The Long Way to Go
John Long, MD, has been working at Old Harding Pediatrics in Nashville for the last twenty years—since he was 12.
He "got a big promotion" when he walked through the door as a physician four years ago.
John began his career at the pediatric practice when he and his brother Matt were hired by their father, Bill Long, MD, to clean up the parking lot and weed the flower beds at the office on Old Harding Road. He spent most of his time picking up the sugar-free lollipops that had been dropped by little patients leaving the office.
"I used to beg Dad to change to real lollipops—these 'healthy' ones weren't even making it to the car before the kids dropped them!"
The senior Dr. Long loves having his son 'inside' as part of the practice, and even though they work in different offices, they still talk about cases two or three times a week. Bill Long said its "very good for us to work together and very flattering that John wanted to work with me."
Bill grew up in Versailles, Kentucky and came to Vanderbilt as a student and football player. He played on the storied Vandy team that went 5-4-1, beat Tennessee, tied Florida, and swept down to the Peach Bowl.
When he wasn't playing football, he spent a lot of time in the lab—because his schedule was filled with science courses, and perhaps, because his lab partner turned out to be his future wife, Becky.
When he enrolled at the University of Kentucky Medical School, Becky worked in the Plant Pathology Lab, located conveniently in the building next door to the med school.

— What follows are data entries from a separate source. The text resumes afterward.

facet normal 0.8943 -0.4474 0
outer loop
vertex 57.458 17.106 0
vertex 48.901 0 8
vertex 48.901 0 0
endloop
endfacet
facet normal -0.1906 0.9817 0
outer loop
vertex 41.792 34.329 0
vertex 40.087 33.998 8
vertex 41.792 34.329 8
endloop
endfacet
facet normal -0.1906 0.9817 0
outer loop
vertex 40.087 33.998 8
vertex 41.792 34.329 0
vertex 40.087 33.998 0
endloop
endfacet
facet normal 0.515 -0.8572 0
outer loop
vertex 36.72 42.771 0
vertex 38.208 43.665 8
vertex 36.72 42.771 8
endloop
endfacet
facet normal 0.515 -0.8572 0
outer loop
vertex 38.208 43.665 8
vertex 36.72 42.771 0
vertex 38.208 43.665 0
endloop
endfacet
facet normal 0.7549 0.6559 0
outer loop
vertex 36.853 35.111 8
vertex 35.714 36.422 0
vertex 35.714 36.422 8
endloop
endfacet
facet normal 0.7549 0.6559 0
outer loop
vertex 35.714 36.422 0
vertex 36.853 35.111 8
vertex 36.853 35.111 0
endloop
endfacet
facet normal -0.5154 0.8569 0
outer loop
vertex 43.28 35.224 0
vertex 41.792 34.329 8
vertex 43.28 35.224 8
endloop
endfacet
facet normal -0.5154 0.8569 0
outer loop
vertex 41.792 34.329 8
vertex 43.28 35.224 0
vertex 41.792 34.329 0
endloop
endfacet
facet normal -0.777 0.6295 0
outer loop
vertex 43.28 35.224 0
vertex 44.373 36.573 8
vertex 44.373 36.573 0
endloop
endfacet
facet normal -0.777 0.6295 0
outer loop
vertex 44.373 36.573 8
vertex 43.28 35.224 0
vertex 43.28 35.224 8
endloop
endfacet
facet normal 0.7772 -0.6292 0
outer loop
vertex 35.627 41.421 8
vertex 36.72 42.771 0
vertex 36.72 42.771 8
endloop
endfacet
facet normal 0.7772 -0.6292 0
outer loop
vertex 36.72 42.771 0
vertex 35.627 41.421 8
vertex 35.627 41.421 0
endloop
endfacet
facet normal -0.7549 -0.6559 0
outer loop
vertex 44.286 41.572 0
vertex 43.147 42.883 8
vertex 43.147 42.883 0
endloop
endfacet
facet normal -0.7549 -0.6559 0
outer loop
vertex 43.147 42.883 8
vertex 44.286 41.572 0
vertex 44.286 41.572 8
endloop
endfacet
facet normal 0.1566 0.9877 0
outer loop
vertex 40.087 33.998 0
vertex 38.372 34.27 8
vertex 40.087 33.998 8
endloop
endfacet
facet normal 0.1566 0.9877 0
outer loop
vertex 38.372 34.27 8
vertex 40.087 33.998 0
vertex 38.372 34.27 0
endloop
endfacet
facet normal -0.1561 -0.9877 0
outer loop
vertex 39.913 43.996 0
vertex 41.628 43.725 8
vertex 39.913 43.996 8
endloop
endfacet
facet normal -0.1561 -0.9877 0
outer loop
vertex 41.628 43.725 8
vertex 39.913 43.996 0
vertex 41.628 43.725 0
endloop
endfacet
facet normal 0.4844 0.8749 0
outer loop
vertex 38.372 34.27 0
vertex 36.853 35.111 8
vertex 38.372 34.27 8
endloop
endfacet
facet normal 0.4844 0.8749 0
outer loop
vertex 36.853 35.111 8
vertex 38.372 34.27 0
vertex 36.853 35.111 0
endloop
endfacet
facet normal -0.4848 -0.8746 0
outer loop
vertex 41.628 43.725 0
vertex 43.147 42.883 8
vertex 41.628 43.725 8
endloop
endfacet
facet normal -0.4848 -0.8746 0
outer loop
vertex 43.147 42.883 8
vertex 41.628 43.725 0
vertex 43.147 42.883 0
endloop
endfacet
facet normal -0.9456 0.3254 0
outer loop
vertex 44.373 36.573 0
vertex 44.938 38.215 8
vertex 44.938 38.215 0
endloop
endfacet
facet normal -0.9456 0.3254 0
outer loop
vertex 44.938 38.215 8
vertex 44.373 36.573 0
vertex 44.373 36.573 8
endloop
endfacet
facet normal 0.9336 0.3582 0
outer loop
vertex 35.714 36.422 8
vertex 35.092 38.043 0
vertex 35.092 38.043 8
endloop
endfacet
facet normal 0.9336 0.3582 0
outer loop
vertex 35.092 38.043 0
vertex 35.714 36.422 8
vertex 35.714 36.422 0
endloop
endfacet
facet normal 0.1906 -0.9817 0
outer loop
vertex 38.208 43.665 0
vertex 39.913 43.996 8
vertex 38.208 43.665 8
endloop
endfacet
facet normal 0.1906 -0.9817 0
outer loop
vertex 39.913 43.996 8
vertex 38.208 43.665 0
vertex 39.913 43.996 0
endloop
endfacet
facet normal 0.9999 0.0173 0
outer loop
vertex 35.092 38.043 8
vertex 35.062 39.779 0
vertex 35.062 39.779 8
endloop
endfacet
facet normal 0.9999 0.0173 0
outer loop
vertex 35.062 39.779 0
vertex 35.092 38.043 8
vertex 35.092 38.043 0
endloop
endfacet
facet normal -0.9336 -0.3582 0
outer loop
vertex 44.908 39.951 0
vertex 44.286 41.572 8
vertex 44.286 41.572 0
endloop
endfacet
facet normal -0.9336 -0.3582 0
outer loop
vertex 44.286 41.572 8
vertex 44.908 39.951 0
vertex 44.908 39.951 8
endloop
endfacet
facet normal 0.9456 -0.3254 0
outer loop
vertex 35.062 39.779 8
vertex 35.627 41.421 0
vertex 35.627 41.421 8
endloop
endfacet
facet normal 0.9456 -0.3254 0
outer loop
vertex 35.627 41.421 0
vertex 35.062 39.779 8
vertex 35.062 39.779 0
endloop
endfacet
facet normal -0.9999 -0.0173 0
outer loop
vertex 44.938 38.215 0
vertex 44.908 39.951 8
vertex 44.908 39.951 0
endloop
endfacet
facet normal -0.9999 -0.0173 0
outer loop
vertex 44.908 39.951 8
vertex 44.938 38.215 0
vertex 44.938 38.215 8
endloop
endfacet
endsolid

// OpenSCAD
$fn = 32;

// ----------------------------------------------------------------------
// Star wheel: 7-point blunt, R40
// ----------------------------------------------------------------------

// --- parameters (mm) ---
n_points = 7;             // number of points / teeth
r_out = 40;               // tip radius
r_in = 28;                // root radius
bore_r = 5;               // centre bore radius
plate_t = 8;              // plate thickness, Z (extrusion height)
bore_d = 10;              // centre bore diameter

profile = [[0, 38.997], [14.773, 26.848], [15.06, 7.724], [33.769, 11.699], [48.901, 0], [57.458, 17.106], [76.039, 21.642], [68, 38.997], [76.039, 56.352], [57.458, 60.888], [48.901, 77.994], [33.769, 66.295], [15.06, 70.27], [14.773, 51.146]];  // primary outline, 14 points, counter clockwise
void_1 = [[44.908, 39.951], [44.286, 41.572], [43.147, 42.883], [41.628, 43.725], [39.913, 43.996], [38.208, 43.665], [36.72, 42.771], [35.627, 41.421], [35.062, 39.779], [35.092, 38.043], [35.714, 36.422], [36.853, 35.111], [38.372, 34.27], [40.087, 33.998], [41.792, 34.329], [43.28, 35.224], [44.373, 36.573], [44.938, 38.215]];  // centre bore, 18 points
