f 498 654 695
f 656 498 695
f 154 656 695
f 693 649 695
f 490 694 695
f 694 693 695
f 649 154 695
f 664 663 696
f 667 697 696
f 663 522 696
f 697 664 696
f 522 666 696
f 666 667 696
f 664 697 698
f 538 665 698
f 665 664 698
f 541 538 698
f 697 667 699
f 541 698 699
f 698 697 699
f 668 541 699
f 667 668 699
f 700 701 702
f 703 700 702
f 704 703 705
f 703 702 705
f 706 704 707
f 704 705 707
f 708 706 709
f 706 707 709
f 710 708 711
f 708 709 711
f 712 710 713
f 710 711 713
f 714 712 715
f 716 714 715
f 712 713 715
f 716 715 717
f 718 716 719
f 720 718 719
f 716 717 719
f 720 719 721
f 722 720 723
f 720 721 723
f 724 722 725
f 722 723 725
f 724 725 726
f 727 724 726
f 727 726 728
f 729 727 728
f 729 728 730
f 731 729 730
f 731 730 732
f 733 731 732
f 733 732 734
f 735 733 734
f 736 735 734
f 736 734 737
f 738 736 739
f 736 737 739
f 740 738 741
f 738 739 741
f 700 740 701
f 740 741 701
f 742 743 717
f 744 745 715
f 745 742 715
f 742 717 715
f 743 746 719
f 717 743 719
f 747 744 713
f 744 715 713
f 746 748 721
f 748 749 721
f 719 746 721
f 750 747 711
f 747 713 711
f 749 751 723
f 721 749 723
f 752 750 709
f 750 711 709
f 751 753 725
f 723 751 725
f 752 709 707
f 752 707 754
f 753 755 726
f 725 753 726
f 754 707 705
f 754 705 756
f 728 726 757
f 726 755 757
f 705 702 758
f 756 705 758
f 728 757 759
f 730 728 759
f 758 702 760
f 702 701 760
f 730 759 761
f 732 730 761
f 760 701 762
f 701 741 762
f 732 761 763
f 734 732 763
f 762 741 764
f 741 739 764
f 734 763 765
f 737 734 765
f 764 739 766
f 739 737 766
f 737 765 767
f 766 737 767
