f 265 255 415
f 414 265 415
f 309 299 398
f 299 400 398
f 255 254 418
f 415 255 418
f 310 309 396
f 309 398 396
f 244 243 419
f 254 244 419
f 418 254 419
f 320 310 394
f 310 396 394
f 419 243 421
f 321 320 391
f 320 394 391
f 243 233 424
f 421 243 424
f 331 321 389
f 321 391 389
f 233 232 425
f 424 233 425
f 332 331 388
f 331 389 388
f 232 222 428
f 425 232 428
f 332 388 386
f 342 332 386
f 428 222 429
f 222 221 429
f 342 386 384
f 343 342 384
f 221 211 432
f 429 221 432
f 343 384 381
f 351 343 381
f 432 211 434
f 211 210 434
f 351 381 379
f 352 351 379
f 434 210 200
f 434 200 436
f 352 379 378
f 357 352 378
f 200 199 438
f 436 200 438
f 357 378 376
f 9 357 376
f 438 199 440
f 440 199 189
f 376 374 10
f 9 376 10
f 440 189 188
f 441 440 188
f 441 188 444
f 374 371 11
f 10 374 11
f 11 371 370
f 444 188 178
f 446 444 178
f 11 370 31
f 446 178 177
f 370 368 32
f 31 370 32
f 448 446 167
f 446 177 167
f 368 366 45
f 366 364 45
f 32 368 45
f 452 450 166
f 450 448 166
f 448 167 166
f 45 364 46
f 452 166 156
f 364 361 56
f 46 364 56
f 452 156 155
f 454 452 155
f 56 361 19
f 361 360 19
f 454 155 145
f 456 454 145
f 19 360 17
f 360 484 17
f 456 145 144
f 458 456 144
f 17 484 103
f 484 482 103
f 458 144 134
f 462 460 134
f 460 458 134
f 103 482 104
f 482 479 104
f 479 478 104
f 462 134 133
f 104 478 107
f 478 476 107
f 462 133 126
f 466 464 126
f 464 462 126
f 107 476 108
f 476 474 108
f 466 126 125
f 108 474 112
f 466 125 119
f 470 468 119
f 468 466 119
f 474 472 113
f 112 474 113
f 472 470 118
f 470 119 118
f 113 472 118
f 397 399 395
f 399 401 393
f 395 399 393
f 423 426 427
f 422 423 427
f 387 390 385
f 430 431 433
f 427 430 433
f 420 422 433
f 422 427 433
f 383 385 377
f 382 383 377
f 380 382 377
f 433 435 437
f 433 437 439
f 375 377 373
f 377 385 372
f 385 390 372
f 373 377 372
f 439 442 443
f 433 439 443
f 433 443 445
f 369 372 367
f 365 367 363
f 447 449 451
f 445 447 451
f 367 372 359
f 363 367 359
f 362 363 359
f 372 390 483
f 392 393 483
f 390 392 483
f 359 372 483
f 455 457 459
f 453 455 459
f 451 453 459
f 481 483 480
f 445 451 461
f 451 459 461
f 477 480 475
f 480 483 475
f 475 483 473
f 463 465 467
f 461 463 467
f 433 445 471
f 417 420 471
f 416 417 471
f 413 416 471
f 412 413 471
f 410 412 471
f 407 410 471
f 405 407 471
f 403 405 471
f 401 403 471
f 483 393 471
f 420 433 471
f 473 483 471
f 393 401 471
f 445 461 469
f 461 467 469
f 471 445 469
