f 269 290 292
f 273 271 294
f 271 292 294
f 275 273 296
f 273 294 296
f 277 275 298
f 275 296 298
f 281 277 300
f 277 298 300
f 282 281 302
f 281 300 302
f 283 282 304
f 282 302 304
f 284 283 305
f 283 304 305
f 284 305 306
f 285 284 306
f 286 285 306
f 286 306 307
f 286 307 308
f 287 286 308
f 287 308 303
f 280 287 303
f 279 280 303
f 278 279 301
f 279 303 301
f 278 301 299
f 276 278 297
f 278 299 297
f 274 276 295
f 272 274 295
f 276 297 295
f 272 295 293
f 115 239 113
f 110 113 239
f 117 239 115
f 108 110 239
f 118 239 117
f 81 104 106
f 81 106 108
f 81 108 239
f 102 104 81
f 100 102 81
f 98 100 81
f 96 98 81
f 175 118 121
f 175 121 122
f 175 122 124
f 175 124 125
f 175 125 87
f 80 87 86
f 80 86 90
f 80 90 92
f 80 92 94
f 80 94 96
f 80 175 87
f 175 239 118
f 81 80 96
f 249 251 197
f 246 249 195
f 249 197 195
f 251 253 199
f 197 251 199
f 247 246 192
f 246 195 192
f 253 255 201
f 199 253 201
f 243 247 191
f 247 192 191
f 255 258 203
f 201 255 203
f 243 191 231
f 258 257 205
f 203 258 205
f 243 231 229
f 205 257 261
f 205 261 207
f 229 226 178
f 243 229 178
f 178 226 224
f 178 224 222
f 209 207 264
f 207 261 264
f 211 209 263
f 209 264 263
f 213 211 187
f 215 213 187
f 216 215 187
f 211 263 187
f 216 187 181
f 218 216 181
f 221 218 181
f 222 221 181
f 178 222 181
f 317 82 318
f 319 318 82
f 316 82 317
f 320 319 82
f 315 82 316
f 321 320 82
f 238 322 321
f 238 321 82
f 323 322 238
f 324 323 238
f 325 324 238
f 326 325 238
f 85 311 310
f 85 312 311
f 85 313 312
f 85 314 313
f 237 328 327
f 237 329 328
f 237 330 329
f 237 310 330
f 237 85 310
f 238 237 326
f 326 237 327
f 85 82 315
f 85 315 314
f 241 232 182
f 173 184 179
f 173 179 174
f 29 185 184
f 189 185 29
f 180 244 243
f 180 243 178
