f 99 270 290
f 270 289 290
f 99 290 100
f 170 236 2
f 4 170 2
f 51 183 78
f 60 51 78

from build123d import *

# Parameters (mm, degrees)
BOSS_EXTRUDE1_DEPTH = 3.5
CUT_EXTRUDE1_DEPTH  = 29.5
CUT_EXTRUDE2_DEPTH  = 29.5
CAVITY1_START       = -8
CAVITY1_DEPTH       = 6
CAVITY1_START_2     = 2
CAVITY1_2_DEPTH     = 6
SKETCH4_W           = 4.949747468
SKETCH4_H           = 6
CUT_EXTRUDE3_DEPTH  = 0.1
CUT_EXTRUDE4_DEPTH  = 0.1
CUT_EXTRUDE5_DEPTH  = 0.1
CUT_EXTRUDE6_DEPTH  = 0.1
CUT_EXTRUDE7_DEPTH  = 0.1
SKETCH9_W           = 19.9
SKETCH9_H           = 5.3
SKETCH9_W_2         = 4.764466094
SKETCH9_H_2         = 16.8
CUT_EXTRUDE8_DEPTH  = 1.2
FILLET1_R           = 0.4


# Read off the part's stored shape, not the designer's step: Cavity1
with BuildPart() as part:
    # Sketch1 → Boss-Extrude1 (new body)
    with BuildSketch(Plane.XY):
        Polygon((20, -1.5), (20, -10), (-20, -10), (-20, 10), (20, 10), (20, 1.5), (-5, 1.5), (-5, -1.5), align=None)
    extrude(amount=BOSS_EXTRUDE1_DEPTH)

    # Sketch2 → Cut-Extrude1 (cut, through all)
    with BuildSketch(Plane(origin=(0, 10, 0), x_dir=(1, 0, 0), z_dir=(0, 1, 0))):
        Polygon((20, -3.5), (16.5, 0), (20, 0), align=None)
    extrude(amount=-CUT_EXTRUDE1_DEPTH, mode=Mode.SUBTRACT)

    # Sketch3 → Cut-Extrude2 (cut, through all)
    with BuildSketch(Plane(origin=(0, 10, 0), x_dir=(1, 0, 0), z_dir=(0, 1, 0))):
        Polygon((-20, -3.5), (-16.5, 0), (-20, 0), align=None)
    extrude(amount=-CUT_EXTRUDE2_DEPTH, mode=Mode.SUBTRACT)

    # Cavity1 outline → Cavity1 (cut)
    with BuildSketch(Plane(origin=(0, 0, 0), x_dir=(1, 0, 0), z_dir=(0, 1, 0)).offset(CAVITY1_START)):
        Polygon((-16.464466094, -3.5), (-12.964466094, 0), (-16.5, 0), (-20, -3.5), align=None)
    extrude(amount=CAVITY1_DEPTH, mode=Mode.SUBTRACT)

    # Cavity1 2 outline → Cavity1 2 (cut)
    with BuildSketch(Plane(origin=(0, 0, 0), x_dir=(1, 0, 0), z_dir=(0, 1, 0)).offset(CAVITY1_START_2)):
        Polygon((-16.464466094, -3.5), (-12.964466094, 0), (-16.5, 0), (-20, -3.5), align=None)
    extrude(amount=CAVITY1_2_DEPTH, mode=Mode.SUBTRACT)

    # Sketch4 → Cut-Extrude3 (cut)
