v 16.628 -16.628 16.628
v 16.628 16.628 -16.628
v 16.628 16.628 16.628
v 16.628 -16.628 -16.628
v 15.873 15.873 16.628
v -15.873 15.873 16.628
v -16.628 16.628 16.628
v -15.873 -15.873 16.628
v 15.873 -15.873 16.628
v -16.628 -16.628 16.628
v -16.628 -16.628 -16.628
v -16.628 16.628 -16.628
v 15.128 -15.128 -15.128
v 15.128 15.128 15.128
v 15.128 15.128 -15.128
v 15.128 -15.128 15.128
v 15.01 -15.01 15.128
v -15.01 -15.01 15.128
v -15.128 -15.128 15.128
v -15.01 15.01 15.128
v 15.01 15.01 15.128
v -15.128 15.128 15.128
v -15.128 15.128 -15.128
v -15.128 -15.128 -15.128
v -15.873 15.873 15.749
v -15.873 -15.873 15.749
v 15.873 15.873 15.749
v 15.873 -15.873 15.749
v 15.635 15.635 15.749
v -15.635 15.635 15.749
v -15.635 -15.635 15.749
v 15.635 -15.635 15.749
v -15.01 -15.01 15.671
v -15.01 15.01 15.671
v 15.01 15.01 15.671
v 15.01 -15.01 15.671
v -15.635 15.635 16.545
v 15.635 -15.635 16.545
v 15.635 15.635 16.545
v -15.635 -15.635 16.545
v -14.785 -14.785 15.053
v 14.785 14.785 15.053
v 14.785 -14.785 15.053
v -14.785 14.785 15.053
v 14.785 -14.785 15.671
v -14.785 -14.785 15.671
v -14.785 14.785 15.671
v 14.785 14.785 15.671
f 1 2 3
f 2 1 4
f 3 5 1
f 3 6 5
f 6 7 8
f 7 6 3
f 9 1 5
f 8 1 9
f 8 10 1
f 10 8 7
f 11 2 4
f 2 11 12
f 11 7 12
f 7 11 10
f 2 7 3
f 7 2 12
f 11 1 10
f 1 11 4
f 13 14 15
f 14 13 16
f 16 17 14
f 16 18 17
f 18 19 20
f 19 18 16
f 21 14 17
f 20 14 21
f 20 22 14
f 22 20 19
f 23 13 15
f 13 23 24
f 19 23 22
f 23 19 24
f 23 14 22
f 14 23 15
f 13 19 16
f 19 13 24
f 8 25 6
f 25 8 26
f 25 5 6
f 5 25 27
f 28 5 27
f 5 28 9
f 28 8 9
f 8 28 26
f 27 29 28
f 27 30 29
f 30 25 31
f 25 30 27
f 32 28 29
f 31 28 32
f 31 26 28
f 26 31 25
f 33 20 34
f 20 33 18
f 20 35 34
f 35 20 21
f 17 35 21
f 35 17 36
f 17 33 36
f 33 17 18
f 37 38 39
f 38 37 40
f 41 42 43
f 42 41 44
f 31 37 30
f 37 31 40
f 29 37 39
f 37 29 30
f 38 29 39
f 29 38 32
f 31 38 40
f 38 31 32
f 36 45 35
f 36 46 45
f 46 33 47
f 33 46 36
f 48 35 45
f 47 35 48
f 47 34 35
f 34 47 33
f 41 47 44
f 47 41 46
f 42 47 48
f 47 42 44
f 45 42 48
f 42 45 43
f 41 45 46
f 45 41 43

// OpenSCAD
arete = 33.257;
paroi = 1.5;
echelleReductionAjustementBouchon = 0.985;
r = 0.19; // résolution d'impression sur l'axe Z

//ico_creux();
//decoupe_bouchon();
corps_ouvert();
bouchon();
//trou();

module corps_ouvert() {
    //rotate([180, 0, 0])
	difference() {
		cube_creux();
		decoupe_bouchon();
	}
}

module bouchon() {
	scale([echelleReductionAjustementBouchon, echelleReductionAjustementBouchon, 0.995])
	difference () {
        intersection() {
            cube_creux();
            decoupe_bouchon(echelleReductionAjustementBouchon);
        }
	}
}

module cube_creux() {
	difference() {
        cube(arete, center=true);
        cube(arete-2*paroi, center=true);
	}
}

module decoupe_bouchon(scale=1) {
	rotate([0,0,45]) translate([0,0,arete/2*0.89+5*r])
		cylinder(6*r, r=arete*0.675, $fn=4);
	rotate([0,0,45]) translate([0,0,arete/2*0.89])
		cylinder(6*r, r=(arete-paroi/2)*0.653, $fn=4);
}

After marrying and graduating (first in his class), Bill and Becky returned to Nashville where he completed his training and served as chief resident in pediatrics, and on the faculty at Vanderbilt University School of Medicine.
He joined Old Harding Pediatrics in 1974 when the practice moved from downtown. He is a multiple recipient of the James C. Overall Award for teaching from the Children's Hospital at Vanderbilt.
Asked how pediatrics has changed since he first went into practice, he commented that the growth of pediatric subspecialties has made a big difference in managing patients with complicated problems.
"The way medicine is now, there are more sophisticated technologies to help with difficult diagnoses and a more contemporary approach to scheduling the physician's time—no middle of the night emergency trips to the hospital nursery and no night calls have made life a little more predictable," he said.
He currently practices from the Old Harding Pediatric Associates office in Bellevue. "We call it the 'frontier office,'" he chuckled.
More flexibility in his schedule gives Bill time to enjoy his seven grandchildren and savor "the joys of your kids having kids." It also enables him to do a little more trout fishing. His other son Matt and his family live near a great fishing spot in Boise, Idaho, and daughter Emily and her husband and children are nearby in Nashville.
"I plan to be enjoying practice for a long, long time," he predicted.
He laughs when he remembers that when someone asked John if he wanted to be a doctor when he grew up, he replied, "No, I would rather be a working person."
John Long always enjoyed science and, when he decided to "be a working person," he was naturally drawn to medicine despite his early prediction.
"I guess I always planned to be a doctor," he admitted.
"I tried to fight being a pediatrician and thought I might want to go into internal medicine but I finally couldn't resist the appeal of working with the optimistic and resilient nature of kids," he said.
After graduating from Hillsboro, he did his undergraduate work at Duke where he found the students to be "serious about school but also balanced their lives with other interests." Along the way, he married his grade school sweetheart who was a classmate all through high school.
After Duke, he returned to Nashville to attend Vanderbilt School of Medicine, where he received the prestigious Amos Christi Award, the Vanderbilt Hospital Award for Excellence and the Canby Robison Society Ideal Physician Award. He completed his residency at Cincinnati Children's Hospital, and joined the Old Harding practice four years ago.
Remembering "Dad had to work a lot more" when John was young, he is glad that a pediatrician's life has become more "schedule friendly" in recent years. He also attributed the change to the growth of subspecialties for the management of childhood illnesses like diabetes and seizures, and legal restrictions on house staff hours on call.
John used to be in a rock and roll band and loves to play the guitar, although the electric instrument doesn't get plugged in too often anymore – he sticks to acoustic these days and plays mainly for the enjoyment of his children. The new baby born in late June is not quite ready to join his older brother and sister as they rock out to their father's tunes.
With three young children, ages 5, 3 and 6 weeks, and a busy career, there is little extra time for hobbies, but he is an avid reader, especially of the richly textured classics of the 19th century Russian writers. His favorite of all time is Anna Karenina—"you just get swept up in the story," he confessed.
Both father and son say that practicing together has not overtaken their relationship and find that they love to discuss cases and share stories of working together as more than partners.